[Activity]
Copy word for word, please, the lines of the entries below running from the one containing "f 193 34 72" to the one containing "f 117 187 186", both ends included.
(Data excerpts Opens)
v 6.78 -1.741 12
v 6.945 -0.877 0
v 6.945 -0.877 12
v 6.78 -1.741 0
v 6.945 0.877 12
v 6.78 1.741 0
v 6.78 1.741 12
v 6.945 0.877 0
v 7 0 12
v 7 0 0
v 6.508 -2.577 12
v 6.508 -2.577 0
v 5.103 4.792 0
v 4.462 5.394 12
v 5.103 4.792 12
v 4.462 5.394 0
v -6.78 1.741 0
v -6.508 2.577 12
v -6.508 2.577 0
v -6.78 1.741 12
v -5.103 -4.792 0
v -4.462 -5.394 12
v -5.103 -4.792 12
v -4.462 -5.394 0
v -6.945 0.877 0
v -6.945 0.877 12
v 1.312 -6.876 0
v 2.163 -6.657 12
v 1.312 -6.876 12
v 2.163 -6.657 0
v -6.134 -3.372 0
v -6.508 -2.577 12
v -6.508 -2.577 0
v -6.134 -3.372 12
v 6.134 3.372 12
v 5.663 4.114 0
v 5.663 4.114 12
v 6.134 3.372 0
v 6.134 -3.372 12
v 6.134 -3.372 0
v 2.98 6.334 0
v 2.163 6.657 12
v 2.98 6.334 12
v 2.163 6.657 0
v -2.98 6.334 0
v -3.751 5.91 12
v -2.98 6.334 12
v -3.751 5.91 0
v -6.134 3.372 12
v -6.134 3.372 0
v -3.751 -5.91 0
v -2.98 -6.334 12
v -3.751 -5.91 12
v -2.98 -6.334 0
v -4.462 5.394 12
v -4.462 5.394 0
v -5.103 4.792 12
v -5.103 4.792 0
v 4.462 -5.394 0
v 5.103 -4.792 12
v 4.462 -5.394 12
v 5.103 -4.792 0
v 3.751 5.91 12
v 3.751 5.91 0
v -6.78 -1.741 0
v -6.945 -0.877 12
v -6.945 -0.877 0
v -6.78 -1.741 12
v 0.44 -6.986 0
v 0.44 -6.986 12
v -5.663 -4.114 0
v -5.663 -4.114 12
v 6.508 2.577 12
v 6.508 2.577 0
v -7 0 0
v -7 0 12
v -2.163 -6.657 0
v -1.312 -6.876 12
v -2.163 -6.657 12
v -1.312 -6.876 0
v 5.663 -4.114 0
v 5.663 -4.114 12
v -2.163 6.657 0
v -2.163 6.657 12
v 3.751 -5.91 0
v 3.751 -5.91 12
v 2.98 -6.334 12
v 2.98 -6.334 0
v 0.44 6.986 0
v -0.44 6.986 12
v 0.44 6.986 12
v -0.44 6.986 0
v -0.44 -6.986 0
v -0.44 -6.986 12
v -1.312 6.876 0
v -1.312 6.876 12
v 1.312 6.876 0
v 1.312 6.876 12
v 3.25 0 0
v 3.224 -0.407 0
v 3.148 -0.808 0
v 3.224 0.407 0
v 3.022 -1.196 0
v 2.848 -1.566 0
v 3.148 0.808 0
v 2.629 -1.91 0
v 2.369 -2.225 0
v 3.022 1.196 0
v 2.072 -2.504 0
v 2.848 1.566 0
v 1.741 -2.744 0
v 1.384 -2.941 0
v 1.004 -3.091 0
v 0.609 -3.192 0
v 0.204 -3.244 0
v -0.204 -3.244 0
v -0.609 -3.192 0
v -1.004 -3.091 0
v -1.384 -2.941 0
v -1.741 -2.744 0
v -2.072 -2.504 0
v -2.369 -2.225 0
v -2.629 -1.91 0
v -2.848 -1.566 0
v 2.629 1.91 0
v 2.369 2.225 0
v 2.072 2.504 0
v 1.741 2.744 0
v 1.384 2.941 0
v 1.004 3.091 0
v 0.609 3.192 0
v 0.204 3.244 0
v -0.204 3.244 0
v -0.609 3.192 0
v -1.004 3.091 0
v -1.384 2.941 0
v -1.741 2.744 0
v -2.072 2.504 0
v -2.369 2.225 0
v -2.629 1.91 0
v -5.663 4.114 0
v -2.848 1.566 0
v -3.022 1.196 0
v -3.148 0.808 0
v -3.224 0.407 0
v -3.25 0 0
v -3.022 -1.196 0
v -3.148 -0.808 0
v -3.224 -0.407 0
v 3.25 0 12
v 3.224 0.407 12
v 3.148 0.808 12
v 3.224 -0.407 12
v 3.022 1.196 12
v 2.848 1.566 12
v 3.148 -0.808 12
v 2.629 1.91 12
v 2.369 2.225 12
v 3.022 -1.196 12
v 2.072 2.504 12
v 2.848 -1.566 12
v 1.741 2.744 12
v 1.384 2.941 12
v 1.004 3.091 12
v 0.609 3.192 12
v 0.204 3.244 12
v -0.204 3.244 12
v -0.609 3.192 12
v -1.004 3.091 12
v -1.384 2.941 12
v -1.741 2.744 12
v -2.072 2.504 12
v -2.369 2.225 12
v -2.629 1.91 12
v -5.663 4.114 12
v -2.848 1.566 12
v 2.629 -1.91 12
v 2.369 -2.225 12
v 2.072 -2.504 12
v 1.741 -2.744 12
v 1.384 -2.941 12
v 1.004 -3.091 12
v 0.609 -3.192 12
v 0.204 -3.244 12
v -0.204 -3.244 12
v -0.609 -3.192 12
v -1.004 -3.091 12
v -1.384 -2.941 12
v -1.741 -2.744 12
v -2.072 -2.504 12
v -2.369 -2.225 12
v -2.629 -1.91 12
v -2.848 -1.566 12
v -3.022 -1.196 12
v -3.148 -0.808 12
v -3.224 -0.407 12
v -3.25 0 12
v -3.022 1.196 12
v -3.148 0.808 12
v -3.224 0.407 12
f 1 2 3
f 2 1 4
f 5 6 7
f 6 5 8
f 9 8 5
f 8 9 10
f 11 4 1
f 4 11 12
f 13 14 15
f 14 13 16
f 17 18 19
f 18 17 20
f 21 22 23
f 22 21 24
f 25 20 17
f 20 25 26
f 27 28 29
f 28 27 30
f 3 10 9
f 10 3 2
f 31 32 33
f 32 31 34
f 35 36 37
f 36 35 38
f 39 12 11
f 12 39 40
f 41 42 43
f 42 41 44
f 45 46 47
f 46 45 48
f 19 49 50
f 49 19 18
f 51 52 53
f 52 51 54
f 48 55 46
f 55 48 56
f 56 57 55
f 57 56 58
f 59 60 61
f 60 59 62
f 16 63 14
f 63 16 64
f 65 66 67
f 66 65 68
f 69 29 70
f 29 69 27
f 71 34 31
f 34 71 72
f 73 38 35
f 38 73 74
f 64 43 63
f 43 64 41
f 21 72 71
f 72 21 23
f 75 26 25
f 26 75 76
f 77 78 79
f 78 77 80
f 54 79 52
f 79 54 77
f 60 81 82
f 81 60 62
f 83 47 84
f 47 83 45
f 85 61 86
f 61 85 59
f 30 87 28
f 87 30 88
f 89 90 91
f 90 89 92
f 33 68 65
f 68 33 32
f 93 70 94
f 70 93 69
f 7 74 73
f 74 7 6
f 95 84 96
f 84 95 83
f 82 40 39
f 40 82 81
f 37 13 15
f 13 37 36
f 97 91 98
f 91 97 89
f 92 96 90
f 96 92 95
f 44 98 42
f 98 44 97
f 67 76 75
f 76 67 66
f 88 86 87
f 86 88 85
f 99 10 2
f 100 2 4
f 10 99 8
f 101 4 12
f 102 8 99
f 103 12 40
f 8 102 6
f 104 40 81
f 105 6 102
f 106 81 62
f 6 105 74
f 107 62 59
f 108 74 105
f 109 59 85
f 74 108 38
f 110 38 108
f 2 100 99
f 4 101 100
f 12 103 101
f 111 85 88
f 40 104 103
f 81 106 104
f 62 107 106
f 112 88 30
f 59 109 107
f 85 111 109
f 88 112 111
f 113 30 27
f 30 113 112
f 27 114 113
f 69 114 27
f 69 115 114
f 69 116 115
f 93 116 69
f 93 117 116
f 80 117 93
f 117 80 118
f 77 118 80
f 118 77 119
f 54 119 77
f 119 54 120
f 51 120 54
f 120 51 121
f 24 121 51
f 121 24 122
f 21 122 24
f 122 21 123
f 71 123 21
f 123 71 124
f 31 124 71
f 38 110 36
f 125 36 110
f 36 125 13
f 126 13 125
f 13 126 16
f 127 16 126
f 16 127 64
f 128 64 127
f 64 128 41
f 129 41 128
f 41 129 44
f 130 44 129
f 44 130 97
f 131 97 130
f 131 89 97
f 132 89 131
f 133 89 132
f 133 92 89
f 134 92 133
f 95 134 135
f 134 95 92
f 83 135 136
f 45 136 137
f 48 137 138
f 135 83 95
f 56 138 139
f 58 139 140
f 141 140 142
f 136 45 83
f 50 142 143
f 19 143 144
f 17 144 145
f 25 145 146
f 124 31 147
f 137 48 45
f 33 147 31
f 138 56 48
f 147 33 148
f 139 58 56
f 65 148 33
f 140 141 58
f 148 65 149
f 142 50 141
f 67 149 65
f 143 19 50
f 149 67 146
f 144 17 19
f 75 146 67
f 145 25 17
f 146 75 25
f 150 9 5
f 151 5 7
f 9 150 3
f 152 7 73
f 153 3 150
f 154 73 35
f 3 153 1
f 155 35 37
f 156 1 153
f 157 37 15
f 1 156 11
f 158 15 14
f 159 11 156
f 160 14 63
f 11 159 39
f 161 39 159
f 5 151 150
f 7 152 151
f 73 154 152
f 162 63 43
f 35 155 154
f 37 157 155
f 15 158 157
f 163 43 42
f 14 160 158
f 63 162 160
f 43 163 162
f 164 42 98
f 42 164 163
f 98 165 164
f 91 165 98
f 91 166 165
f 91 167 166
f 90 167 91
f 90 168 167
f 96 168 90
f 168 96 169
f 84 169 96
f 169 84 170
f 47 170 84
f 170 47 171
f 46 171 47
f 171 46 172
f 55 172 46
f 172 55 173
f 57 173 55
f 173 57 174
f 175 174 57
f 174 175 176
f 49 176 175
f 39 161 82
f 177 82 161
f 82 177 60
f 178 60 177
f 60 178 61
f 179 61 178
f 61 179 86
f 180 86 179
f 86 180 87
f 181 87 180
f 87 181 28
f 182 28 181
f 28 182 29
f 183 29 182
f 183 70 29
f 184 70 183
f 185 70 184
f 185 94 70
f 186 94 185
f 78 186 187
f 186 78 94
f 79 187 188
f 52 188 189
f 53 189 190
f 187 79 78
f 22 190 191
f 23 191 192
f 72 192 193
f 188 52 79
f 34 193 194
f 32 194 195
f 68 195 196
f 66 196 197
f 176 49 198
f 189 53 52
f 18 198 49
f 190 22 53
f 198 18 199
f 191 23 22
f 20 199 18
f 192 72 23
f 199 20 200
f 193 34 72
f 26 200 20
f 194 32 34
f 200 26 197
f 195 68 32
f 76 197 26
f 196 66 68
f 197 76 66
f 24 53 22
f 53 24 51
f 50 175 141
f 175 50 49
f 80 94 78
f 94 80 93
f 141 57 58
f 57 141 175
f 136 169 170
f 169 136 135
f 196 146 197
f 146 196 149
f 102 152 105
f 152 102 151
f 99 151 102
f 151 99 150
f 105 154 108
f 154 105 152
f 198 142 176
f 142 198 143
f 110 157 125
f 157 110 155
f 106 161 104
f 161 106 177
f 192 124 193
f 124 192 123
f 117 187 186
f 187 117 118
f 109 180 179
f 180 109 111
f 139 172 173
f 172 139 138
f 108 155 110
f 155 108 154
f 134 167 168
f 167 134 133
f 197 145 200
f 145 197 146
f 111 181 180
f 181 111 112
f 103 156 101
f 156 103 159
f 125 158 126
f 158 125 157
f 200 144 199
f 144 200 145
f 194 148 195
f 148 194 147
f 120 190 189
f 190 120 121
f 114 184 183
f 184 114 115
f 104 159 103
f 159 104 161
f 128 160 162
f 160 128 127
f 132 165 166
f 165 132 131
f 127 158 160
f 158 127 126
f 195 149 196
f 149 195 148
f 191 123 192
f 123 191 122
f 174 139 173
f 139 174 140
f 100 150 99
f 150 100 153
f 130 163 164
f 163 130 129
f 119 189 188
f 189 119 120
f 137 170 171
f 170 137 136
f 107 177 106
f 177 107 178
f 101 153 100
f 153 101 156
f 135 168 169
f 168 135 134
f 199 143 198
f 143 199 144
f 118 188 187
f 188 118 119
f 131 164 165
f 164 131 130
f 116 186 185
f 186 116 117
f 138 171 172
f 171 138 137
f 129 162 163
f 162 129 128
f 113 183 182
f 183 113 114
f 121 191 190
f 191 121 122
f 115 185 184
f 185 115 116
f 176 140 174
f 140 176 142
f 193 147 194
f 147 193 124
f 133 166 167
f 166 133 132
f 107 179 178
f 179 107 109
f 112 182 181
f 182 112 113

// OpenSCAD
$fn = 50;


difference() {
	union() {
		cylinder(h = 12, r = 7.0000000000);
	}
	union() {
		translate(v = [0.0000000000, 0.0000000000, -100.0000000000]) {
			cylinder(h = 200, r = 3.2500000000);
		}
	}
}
(Data excerpts Closes)
[Problem solution]
f 193 34 72
f 26 200 20
f 194 32 34
f 200 26 197
f 195 68 32
f 76 197 26
f 196 66 68
f 197 76 66
f 24 53 22
f 53 24 51
f 50 175 141
f 175 50 49
f 80 94 78
f 94 80 93
f 141 57 58
f 57 141 175
f 136 169 170
f 169 136 135
f 196 146 197
f 146 196 149
f 102 152 105
f 152 102 151
f 99 151 102
f 151 99 150
f 105 154 108
f 154 105 152
f 198 142 176
f 142 198 143
f 110 157 125
f 157 110 155
f 106 161 104
f 161 106 177
f 192 124 193
f 124 192 123
f 117 187 186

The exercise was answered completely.